[Saved data entries]
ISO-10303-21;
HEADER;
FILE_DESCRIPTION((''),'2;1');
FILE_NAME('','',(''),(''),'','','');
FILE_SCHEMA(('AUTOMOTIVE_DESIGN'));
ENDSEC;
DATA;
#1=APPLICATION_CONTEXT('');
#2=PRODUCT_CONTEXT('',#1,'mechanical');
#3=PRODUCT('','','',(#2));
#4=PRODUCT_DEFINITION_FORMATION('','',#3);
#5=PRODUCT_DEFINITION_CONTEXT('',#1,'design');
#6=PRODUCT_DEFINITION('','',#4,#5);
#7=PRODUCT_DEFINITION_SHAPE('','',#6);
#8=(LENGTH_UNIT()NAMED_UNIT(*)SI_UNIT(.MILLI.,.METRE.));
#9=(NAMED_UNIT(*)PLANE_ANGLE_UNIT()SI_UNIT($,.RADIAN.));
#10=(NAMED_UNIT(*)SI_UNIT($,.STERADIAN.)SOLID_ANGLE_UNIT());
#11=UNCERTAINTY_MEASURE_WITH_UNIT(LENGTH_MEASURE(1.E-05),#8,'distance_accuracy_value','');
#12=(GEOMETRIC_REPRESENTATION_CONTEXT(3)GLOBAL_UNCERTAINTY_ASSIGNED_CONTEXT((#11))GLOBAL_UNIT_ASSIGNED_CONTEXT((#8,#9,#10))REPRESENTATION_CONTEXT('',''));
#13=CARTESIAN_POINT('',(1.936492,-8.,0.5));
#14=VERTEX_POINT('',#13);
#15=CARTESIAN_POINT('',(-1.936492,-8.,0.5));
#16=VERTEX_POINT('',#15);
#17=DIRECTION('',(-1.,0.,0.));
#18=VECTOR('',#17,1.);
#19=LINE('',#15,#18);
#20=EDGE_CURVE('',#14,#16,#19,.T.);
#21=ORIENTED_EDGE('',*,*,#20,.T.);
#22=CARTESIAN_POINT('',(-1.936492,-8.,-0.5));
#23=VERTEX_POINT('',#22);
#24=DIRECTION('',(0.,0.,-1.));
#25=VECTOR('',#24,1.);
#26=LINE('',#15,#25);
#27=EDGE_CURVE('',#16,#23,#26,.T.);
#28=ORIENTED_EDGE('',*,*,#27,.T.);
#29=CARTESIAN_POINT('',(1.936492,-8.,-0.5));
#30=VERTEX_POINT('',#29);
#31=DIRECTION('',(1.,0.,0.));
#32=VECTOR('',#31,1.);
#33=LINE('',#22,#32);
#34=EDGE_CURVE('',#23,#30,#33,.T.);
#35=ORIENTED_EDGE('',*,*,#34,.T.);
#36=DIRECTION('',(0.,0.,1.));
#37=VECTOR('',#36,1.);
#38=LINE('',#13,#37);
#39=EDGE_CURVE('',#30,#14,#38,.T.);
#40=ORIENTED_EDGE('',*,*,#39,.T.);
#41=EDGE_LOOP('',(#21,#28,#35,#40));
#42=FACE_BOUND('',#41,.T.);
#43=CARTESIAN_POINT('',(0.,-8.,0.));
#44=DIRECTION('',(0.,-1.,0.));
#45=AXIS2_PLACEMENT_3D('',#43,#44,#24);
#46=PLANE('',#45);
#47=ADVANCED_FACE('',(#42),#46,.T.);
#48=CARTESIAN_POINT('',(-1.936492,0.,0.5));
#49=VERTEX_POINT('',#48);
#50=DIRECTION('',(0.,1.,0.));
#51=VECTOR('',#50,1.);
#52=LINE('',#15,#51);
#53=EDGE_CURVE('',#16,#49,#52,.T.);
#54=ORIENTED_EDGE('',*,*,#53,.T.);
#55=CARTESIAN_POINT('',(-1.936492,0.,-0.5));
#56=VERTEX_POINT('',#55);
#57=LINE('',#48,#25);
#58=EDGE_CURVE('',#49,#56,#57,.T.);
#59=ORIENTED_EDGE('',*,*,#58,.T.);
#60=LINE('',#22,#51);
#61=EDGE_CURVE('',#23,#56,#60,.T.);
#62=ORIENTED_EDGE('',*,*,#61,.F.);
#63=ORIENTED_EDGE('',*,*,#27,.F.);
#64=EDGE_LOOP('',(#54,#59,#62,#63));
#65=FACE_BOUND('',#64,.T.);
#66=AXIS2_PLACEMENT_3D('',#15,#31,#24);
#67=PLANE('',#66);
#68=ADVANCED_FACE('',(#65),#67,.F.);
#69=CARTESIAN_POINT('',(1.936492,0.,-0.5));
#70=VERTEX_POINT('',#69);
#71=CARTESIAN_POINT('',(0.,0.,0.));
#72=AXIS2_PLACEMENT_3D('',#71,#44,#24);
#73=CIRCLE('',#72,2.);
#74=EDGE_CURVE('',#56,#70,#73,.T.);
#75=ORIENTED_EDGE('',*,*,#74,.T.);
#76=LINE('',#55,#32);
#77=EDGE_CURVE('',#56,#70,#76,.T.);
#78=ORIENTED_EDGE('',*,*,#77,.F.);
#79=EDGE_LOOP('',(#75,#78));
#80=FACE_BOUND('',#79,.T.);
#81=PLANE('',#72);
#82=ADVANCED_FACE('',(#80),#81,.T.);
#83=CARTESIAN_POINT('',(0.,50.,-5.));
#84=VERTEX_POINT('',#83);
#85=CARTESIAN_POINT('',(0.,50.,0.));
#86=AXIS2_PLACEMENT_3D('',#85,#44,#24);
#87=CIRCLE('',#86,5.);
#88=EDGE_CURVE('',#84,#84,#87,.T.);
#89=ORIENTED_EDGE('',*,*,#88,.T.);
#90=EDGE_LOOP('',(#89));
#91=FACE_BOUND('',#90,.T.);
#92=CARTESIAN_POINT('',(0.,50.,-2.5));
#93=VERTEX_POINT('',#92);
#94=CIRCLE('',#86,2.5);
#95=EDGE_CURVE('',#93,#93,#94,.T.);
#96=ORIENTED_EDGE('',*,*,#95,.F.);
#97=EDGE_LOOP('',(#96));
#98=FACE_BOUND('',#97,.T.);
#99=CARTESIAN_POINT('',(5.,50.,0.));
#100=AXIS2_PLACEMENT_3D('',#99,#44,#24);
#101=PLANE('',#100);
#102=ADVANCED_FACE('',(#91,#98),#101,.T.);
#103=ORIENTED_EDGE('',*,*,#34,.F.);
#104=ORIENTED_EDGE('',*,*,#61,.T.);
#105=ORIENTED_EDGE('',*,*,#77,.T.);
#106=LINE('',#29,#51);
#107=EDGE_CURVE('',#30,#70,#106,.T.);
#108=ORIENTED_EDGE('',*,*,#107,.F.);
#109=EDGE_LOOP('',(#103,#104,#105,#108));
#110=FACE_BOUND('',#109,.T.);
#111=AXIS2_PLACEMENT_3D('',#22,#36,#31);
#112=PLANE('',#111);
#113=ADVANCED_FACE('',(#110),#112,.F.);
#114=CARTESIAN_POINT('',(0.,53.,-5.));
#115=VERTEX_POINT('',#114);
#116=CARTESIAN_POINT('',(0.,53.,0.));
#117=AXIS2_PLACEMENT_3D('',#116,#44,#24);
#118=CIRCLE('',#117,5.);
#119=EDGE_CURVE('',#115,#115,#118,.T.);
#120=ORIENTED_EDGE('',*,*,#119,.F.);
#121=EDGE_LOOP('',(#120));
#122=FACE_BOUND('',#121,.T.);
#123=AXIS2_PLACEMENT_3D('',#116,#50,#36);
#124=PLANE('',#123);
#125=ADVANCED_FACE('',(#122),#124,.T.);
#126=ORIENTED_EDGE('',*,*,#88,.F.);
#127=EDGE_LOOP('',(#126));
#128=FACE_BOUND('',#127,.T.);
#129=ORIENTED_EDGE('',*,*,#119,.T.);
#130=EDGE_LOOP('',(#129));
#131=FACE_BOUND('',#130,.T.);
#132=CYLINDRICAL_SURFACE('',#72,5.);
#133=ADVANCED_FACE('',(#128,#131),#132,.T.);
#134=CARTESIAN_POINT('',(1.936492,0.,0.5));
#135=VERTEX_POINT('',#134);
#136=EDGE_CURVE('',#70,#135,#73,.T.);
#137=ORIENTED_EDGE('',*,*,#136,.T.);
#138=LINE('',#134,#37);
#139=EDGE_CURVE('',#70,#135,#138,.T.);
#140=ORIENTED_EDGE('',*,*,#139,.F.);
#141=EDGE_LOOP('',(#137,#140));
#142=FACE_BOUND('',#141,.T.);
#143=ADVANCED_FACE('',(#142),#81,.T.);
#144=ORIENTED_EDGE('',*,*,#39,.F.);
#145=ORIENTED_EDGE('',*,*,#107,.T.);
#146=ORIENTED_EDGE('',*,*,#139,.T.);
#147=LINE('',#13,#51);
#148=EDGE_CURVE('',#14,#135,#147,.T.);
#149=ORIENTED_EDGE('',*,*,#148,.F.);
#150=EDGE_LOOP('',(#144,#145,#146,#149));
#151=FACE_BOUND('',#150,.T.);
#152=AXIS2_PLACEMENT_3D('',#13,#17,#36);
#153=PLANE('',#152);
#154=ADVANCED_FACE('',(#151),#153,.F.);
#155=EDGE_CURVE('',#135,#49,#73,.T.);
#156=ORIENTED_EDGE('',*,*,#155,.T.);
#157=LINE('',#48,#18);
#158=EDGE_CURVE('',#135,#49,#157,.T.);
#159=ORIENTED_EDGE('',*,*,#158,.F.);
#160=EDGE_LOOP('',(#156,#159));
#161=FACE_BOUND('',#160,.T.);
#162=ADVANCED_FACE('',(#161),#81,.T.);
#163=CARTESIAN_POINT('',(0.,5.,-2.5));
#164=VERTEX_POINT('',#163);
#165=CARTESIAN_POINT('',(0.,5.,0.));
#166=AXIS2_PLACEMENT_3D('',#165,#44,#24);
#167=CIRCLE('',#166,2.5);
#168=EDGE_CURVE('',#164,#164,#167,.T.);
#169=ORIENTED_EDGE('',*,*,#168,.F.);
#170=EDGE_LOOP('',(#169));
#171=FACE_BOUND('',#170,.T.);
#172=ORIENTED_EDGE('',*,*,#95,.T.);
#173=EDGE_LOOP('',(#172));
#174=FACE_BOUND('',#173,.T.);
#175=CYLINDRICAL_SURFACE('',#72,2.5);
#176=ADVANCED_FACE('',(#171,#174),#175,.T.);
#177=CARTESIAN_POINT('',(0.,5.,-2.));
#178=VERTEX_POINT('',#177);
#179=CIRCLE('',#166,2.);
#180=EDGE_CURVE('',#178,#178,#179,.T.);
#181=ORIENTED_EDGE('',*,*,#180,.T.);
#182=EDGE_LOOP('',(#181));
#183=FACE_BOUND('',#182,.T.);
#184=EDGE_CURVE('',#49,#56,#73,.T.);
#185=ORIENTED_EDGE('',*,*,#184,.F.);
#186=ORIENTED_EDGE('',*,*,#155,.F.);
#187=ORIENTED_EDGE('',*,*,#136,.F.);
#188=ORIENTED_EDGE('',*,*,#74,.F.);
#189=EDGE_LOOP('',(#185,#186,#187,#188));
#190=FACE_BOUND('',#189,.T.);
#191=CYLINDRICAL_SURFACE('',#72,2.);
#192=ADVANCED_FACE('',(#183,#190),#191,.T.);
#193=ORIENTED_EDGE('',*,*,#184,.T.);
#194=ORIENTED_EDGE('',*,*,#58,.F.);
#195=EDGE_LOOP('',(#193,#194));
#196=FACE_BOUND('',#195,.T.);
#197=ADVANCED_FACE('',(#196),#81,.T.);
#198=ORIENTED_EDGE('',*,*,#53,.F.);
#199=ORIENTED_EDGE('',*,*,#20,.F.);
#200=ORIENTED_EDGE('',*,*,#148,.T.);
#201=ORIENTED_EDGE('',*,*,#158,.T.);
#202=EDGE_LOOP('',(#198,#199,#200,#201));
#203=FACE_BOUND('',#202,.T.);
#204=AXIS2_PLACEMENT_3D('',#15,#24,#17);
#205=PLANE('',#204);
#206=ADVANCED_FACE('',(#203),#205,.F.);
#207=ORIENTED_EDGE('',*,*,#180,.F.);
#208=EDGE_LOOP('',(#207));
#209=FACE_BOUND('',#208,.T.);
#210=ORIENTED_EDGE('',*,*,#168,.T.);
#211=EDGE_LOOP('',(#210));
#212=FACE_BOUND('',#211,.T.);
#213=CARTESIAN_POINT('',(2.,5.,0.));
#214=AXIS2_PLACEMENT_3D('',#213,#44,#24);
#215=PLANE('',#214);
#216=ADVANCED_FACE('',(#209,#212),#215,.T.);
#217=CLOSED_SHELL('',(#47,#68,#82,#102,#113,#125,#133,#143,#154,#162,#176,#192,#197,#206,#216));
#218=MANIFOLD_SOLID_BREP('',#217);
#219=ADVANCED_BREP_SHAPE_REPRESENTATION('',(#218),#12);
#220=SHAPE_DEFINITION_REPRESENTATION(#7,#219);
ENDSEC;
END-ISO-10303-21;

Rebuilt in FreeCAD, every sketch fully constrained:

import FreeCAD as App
import Part
import Sketcher
Q = App.Units.Quantity


def add_polygon(sketch, points):
    """Adds a closed chain of lines whose ends are joined by coincident constraints."""
    first, n = sketch.GeometryCount, len(points)
    for a, b in zip(points, points[1:] + points[:1]):
        sketch.addGeometry(Part.LineSegment(App.Vector(*a, 0), App.Vector(*b, 0)), False)
    for i in range(n):
        sketch.addConstraint(Sketcher.Constraint("Coincident", first + i, 2, first + (i + 1) % n, 1))

doc = App.newDocument("Part")
body = doc.addObject("PartDesign::Body", "Body")

# Sketch on XY plane
sketch1 = doc.addObject("Sketcher::SketchObject", "Sketch")
body.addObject(sketch1)
sketch1.AttachmentSupport = (doc.XY_Plane, [""])
sketch1.MapMode = "FlatFace"
add_polygon(sketch1, [(0, 53), (0, 0), (2, 0), (2, 5), (2.5, 5), (2.5, 50), (5, 50), (5, 53)])  # lines 0-7
sketch1.addConstraint([
    Sketcher.Constraint("Vertical", 0),
    Sketcher.Constraint("Horizontal", 1),
    Sketcher.Constraint("Vertical", 2),
    Sketcher.Constraint("Horizontal", 3),
    Sketcher.Constraint("Vertical", 4),
    Sketcher.Constraint("Horizontal", 5),
    Sketcher.Constraint("Vertical", 6),
    Sketcher.Constraint("Horizontal", 7),
    Sketcher.Constraint("Coincident", 0, 2, -1, 1),
    Sketcher.Constraint("Equal", 7, 2),
    Sketcher.Constraint("DistanceX", 1, 1, 1, 2, Q("2 mm")),
    Sketcher.Constraint("DistanceX", 7, 2, 7, 1, Q("5 mm")),
    Sketcher.Constraint("DistanceY", 0, 2, 0, 1, Q("53 mm")),
    Sketcher.Constraint("DistanceY", 4, 1, 4, 2, Q("45 mm")),
    Sketcher.Constraint("DistanceX", 3, 1, 3, 2, Q("0.5 mm")),
])
revolution = doc.addObject("PartDesign::Revolution", "Revolution")
body.addObject(revolution)
revolution.Profile = sketch1
revolution.ReferenceAxis = (sketch1, ["V_Axis"])
revolution.Angle = 360

# Sketch on XZ plane
sketch2 = doc.addObject("Sketcher::SketchObject", "Sketch001")
body.addObject(sketch2)
sketch2.AttachmentSupport = (doc.XZ_Plane, [""])
sketch2.MapMode = "FlatFace"
add_polygon(sketch2, [(-1.9, 0.5), (-1.9, -0.5), (1.9, -0.5), (1.9, 0.5)])  # lines 0-3
sketch2.addConstraint([
    Sketcher.Constraint("Vertical", 0),
    Sketcher.Constraint("Horizontal", 1),
    Sketcher.Constraint("Vertical", 2),
    Sketcher.Constraint("Horizontal", 3),
    Sketcher.Constraint("Symmetric", 0, 2, 2, 2, -1, 1),
    Sketcher.Constraint("DistanceY", 0, 2, 0, 1, Q("1 mm")),
    Sketcher.Constraint("DistanceX", 1, 1, 1, 2, Q("3.872983 mm")),
])
pad1 = doc.addObject("PartDesign::Pad", "Pad")
body.addObject(pad1)
pad1.Profile = sketch2
pad1.Length = 8

doc.recompute()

_TASK PROMPT_. Reproduce exactly, and only, the lines from the start of the entries through the one that contains "#7=PRODUCT_DEFINITION_SHAPE('','',#6);".

_REPLY TO THE EXERCISE_.
ISO-10303-21;
HEADER;
FILE_DESCRIPTION((''),'2;1');
FILE_NAME('','',(''),(''),'','','');
FILE_SCHEMA(('AUTOMOTIVE_DESIGN'));
ENDSEC;
DATA;
#1=APPLICATION_CONTEXT('');
#2=PRODUCT_CONTEXT('',#1,'mechanical');
#3=PRODUCT('','','',(#2));
#4=PRODUCT_DEFINITION_FORMATION('','',#3);
#5=PRODUCT_DEFINITION_CONTEXT('',#1,'design');
#6=PRODUCT_DEFINITION('','',#4,#5);
#7=PRODUCT_DEFINITION_SHAPE('','',#6);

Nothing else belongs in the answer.